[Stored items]

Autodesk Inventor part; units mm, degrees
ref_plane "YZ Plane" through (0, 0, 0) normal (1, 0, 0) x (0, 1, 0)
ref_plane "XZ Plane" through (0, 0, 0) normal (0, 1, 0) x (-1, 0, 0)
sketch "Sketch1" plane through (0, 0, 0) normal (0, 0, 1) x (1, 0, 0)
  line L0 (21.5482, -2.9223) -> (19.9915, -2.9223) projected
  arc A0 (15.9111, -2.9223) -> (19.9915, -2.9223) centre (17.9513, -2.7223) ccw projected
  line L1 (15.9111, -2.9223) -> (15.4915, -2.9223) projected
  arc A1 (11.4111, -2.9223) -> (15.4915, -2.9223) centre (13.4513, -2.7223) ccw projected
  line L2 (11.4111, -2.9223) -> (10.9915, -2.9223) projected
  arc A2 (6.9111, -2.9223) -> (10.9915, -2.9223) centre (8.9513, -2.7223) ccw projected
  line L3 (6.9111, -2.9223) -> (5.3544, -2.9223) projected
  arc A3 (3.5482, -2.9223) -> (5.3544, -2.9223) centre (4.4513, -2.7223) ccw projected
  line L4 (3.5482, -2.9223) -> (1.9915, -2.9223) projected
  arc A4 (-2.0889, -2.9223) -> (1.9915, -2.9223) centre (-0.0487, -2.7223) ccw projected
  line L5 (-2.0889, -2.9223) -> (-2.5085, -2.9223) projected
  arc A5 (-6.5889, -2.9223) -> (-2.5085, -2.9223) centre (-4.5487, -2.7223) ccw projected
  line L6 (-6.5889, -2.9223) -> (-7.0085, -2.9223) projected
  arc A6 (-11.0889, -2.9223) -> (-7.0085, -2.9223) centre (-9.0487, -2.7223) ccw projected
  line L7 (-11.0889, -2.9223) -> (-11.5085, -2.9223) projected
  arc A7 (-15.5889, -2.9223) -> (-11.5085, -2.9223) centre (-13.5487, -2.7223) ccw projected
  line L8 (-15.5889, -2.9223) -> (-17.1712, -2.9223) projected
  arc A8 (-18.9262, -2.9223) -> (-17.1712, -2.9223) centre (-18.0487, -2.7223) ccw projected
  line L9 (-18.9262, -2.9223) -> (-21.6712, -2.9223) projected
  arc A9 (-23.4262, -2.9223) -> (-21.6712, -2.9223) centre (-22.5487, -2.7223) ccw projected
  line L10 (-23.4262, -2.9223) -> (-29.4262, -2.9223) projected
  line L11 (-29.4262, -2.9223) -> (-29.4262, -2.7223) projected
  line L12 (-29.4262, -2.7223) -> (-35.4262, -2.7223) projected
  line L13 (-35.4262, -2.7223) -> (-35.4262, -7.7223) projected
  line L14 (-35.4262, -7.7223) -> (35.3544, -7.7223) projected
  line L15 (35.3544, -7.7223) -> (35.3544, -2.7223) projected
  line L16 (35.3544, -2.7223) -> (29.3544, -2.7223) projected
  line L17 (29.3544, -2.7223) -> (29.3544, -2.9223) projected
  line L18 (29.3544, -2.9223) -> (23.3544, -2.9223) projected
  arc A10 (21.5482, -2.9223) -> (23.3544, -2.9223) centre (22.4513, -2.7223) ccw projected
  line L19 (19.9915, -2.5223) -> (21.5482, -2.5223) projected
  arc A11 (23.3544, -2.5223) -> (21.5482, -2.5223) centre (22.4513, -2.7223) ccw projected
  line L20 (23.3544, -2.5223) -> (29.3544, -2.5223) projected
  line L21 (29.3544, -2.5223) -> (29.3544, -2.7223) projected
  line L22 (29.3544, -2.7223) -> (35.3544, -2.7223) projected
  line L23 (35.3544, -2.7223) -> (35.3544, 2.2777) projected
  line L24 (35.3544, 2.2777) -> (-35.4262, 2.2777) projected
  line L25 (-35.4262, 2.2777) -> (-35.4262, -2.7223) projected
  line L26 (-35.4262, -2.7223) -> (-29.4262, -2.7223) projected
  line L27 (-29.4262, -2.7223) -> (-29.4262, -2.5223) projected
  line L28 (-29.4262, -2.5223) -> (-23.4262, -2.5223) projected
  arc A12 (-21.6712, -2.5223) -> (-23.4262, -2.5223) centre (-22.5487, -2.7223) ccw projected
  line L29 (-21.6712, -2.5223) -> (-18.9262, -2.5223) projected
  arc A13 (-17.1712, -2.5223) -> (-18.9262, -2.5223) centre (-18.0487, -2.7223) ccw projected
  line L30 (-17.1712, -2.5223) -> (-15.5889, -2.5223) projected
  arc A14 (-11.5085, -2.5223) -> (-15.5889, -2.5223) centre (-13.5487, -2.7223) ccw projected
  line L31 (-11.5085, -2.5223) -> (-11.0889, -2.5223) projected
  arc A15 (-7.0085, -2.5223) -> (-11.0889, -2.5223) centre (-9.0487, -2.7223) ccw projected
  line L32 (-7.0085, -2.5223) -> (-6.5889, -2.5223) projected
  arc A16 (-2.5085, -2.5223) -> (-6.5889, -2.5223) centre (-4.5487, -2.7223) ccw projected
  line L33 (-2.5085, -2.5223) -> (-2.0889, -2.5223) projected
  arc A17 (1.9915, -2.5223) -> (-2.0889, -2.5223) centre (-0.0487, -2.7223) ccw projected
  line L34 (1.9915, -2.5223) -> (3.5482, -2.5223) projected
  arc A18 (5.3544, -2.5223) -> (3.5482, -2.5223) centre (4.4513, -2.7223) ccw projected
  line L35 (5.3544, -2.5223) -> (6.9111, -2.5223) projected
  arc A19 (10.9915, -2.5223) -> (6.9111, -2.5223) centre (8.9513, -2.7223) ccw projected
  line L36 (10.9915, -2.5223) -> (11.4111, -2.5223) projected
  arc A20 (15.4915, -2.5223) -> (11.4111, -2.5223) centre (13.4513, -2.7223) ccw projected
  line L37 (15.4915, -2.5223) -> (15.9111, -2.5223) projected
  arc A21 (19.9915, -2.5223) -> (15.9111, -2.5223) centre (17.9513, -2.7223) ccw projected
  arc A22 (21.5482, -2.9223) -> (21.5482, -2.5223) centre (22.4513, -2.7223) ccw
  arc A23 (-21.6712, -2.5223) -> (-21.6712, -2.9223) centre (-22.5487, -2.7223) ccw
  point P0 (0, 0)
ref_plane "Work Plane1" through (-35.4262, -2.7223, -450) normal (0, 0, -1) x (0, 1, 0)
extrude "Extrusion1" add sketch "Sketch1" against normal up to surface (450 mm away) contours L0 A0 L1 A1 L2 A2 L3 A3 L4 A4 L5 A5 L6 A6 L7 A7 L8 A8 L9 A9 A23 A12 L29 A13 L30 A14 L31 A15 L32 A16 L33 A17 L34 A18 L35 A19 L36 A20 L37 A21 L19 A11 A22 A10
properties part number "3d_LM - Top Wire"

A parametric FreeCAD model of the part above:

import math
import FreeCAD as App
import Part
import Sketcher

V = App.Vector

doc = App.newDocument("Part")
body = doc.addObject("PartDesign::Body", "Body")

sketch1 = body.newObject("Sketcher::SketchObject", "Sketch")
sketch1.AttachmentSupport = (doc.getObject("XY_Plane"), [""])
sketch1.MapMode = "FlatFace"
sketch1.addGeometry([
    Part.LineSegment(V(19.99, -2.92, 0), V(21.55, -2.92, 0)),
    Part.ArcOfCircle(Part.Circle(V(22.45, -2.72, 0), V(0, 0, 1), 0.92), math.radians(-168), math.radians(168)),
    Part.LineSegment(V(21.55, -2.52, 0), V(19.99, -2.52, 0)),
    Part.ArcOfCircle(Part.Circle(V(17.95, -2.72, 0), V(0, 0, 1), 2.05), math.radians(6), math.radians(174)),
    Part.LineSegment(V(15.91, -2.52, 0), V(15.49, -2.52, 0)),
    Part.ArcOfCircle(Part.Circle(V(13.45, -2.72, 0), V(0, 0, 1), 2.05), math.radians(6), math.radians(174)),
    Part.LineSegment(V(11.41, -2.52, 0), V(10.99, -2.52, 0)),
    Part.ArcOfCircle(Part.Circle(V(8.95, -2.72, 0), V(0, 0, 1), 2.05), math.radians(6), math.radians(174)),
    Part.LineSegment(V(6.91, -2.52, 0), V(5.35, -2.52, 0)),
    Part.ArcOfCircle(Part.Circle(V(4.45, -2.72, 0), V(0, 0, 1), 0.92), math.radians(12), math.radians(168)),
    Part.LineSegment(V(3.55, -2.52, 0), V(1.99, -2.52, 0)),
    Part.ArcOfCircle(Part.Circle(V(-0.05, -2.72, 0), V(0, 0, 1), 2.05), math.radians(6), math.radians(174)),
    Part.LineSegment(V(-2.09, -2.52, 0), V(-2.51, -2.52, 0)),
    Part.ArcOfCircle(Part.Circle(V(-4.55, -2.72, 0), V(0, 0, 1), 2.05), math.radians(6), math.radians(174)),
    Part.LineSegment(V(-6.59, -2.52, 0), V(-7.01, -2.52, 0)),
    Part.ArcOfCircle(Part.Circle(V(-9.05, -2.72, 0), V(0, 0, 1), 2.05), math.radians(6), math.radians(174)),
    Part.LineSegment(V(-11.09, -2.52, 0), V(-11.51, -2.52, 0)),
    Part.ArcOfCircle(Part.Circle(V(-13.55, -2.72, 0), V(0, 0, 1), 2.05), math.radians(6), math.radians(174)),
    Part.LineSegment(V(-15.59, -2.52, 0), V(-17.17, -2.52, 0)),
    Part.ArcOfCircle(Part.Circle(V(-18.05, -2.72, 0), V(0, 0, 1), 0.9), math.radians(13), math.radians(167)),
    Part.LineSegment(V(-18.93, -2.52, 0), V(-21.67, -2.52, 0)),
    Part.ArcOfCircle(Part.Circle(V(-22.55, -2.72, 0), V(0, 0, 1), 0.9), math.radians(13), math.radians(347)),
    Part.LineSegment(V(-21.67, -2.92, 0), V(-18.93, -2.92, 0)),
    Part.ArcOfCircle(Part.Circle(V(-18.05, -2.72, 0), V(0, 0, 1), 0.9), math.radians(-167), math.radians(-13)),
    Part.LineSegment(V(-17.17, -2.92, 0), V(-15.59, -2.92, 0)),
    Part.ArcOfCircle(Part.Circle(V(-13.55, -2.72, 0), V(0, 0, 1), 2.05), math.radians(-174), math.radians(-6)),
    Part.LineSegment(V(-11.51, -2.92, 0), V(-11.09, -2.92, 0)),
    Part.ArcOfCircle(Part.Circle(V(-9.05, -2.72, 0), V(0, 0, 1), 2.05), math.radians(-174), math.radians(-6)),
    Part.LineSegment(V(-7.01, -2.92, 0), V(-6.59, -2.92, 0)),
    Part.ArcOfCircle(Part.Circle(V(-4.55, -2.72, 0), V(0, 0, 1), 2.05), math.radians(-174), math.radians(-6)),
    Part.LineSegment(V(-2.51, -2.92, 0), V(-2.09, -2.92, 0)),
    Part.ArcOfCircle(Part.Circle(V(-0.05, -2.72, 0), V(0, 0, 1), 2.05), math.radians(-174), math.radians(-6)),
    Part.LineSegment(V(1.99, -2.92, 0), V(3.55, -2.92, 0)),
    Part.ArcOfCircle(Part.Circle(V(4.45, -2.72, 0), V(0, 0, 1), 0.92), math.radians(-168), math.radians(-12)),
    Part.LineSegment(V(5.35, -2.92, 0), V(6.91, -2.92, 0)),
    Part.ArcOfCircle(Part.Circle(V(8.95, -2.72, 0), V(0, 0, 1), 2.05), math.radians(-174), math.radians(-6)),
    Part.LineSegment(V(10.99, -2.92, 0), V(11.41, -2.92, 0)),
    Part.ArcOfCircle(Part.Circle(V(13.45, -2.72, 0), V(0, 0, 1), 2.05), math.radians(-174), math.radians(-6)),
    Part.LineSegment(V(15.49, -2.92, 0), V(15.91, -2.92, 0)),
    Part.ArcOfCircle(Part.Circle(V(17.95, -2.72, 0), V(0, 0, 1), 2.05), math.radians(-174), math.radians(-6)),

Task statement:
Starting at the line above that holds "arc A22 (21.5482, -2.9223)" and ending at the line that holds "A parametric FreeCAD", transcribe each line exactly and include no other lines.

Exercise solution:
  arc A22 (21.5482, -2.9223) -> (21.5482, -2.5223) centre (22.4513, -2.7223) ccw
  arc A23 (-21.6712, -2.5223) -> (-21.6712, -2.9223) centre (-22.5487, -2.7223) ccw
  point P0 (0, 0)
ref_plane "Work Plane1" through (-35.4262, -2.7223, -450) normal (0, 0, -1) x (0, 1, 0)
extrude "Extrusion1" add sketch "Sketch1" against normal up to surface (450 mm away) contours L0 A0 L1 A1 L2 A2 L3 A3 L4 A4 L5 A5 L6 A6 L7 A7 L8 A8 L9 A9 A23 A12 L29 A13 L30 A14 L31 A15 L32 A16 L33 A17 L34 A18 L35 A19 L36 A20 L37 A21 L19 A11 A22 A10
properties part number "3d_LM - Top Wire"

A parametric FreeCAD model of the part above:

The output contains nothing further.